Return exactly the line that contains "Circle(F0_R)" and all lines beneath it in the entries, through the very last one.

[Dataset items]
########
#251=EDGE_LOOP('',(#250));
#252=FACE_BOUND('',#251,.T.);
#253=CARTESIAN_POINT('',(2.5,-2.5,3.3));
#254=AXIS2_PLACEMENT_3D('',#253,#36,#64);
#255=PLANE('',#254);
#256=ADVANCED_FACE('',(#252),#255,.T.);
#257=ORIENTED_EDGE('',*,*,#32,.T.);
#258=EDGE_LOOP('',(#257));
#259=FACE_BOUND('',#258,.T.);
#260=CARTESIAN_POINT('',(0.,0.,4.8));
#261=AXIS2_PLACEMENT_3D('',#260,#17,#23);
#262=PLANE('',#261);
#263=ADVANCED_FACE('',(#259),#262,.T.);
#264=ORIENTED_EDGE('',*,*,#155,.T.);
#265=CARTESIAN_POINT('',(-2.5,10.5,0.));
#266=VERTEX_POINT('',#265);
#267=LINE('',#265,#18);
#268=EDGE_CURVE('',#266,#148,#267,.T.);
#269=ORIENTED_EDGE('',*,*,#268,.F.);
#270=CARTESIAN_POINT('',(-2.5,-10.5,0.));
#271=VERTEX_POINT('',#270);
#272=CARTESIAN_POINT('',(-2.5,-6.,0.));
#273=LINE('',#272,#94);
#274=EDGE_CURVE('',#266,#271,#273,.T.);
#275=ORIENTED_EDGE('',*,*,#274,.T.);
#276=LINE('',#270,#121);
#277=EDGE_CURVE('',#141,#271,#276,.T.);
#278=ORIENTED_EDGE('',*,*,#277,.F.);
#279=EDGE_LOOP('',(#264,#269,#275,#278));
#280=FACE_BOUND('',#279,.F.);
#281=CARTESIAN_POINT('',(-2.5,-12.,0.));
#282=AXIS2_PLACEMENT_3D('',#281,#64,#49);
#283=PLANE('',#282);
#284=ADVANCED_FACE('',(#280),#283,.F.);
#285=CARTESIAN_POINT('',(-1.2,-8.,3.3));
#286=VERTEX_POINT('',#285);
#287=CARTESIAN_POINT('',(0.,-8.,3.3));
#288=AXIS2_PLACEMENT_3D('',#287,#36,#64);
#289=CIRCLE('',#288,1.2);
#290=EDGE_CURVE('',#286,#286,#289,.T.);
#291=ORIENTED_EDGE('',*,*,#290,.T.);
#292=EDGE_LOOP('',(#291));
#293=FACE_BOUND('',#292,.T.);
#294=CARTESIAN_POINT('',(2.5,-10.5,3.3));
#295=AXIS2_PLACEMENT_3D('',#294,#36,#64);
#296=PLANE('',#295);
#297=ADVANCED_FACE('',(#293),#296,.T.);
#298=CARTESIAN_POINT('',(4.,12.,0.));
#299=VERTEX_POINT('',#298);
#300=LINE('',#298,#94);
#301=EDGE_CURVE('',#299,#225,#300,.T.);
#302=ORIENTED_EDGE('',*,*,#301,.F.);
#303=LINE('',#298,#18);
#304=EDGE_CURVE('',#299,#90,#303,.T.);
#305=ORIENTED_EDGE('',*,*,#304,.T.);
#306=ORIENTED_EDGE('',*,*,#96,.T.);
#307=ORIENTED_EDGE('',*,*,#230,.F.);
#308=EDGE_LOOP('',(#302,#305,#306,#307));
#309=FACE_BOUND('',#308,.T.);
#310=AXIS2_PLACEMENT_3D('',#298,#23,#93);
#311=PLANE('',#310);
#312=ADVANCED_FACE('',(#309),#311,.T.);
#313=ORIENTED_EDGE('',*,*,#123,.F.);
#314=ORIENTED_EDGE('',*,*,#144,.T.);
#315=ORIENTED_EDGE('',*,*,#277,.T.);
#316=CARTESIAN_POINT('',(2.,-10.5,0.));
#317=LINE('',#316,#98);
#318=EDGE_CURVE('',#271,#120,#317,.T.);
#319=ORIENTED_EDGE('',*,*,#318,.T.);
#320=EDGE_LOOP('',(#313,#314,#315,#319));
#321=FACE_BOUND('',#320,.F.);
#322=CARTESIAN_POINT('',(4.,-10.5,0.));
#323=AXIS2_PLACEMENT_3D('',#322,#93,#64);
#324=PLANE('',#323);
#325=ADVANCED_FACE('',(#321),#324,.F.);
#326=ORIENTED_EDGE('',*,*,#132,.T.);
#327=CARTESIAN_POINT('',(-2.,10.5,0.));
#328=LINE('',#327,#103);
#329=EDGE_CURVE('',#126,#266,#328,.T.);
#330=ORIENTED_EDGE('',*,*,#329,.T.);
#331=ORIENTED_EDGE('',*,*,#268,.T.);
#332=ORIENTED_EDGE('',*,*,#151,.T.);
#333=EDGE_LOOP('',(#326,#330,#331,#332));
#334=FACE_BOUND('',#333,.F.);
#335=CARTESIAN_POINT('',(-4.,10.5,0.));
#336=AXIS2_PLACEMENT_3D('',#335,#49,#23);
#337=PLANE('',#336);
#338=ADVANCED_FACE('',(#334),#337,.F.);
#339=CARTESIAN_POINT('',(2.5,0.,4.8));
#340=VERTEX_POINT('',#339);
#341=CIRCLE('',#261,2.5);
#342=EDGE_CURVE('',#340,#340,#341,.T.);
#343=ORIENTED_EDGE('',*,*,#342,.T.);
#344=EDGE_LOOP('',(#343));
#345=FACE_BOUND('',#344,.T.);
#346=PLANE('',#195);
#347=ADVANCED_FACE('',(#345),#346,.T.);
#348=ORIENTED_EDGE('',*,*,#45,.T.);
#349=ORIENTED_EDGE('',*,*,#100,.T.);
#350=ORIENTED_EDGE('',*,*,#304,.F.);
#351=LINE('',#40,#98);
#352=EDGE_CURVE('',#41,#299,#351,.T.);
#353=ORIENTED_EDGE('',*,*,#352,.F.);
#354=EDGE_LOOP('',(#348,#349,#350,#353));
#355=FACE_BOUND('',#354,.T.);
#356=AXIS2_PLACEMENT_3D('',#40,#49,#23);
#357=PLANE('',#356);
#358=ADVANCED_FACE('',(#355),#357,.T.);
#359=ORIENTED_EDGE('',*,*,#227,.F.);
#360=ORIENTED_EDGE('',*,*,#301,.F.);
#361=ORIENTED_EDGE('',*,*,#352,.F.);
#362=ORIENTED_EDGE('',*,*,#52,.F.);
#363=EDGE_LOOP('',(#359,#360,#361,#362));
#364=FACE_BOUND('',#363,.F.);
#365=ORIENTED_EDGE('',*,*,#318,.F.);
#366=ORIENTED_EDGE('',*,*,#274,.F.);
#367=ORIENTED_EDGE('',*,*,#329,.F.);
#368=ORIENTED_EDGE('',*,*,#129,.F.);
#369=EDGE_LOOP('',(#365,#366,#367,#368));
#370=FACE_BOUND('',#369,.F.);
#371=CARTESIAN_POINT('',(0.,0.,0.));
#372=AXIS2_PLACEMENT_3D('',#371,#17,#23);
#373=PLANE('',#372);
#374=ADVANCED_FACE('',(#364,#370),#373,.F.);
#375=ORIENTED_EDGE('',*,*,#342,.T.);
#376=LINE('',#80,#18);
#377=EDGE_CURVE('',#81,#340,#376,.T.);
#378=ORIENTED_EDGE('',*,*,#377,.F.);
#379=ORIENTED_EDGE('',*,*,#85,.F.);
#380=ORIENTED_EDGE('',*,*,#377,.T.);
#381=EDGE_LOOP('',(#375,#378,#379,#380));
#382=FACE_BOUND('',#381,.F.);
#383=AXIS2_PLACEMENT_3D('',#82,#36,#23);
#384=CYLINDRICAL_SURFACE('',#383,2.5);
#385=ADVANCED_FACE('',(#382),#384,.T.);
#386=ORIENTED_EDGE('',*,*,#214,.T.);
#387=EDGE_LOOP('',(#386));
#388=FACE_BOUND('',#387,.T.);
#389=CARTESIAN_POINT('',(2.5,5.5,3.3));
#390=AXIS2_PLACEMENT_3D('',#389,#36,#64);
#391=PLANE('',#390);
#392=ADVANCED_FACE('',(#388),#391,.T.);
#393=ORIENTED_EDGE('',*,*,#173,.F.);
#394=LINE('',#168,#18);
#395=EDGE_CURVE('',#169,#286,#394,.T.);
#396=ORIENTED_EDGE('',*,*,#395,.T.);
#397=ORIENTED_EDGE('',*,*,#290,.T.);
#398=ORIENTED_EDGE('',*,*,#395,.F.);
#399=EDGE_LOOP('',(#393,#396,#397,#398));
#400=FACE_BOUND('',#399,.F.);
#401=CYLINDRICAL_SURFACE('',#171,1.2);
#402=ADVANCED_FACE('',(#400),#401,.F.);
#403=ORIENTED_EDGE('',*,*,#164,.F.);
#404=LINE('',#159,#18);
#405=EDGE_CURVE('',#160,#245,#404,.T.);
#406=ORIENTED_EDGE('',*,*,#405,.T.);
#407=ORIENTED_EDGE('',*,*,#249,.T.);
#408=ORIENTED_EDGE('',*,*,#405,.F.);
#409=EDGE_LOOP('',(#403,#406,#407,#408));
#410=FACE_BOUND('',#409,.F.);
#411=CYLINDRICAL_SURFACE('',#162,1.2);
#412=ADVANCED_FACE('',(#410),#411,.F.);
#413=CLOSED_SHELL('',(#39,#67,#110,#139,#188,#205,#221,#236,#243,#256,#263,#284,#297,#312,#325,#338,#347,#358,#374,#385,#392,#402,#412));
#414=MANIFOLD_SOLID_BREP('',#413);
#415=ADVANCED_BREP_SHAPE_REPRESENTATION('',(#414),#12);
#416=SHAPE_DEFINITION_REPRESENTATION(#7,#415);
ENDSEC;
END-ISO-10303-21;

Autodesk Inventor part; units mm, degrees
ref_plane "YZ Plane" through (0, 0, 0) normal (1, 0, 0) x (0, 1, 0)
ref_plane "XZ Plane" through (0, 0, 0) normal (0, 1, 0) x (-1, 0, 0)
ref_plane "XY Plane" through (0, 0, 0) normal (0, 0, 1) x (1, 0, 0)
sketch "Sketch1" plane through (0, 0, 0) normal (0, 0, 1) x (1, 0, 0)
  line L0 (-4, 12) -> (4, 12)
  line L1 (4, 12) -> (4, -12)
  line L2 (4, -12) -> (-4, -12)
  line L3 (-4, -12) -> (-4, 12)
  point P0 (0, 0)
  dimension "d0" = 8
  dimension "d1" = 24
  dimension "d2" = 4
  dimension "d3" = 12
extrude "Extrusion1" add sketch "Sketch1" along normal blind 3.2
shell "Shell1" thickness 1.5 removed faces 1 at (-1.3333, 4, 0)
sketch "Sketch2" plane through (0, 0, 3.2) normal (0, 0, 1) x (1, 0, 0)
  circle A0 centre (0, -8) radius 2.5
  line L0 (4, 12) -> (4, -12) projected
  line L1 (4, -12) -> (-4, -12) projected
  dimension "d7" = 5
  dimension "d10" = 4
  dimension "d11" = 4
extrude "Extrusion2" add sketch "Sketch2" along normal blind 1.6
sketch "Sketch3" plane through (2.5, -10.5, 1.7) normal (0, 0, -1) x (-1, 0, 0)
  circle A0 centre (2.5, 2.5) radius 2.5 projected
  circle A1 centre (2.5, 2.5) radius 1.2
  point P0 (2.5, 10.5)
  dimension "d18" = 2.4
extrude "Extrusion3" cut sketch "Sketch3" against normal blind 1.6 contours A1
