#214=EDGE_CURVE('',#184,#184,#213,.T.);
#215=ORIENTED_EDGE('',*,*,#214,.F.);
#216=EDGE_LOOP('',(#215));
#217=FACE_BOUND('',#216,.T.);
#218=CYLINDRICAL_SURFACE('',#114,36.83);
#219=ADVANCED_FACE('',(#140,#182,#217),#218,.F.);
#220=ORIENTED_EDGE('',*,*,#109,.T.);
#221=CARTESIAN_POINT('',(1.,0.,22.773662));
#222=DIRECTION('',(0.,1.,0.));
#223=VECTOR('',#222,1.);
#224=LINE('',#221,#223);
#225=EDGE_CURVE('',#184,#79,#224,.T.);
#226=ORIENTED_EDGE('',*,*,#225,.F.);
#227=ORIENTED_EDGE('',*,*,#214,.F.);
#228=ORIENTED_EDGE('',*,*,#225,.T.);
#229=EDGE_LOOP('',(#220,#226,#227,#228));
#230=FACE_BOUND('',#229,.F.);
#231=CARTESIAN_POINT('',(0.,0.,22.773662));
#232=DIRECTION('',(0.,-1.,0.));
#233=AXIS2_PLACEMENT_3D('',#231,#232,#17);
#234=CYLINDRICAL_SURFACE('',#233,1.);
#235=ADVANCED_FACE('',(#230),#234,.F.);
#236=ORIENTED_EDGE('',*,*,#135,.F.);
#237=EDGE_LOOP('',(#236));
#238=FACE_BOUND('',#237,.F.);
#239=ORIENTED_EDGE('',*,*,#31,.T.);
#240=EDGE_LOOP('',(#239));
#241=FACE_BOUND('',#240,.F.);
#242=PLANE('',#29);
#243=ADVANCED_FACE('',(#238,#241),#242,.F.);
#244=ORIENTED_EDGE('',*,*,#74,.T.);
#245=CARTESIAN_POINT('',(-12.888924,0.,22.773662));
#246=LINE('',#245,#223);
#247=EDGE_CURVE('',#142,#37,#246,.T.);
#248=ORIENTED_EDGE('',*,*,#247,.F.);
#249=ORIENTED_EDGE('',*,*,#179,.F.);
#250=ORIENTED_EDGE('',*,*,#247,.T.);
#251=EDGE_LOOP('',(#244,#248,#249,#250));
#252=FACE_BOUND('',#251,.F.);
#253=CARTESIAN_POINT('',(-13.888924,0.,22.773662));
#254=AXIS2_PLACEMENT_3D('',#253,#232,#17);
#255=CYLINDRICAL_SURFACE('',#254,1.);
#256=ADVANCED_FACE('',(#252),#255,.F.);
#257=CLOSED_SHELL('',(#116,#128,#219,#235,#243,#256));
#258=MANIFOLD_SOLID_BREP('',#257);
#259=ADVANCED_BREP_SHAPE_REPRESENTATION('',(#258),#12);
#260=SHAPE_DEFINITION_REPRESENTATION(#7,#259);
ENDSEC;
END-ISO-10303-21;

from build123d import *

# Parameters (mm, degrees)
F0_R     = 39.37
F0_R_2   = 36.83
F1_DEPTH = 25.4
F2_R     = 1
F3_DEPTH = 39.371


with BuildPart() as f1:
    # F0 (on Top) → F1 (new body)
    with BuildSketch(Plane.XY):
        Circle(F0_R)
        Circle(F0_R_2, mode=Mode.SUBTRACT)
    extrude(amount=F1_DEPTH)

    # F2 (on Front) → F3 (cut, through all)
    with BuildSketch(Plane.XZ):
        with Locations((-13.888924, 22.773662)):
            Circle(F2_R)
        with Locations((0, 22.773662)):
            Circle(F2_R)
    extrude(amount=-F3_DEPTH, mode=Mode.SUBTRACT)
########
### [COMPLETED TASK]
        Circle(F0_R)
        Circle(F0_R_2, mode=Mode.SUBTRACT)
    extrude(amount=F1_DEPTH)

    # F2 (on Front) → F3 (cut, through all)
    with BuildSketch(Plane.XZ):
        with Locations((-13.888924, 22.773662)):
            Circle(F2_R)
        with Locations((0, 22.773662)):
            Circle(F2_R)
    extrude(amount=-F3_DEPTH, mode=Mode.SUBTRACT)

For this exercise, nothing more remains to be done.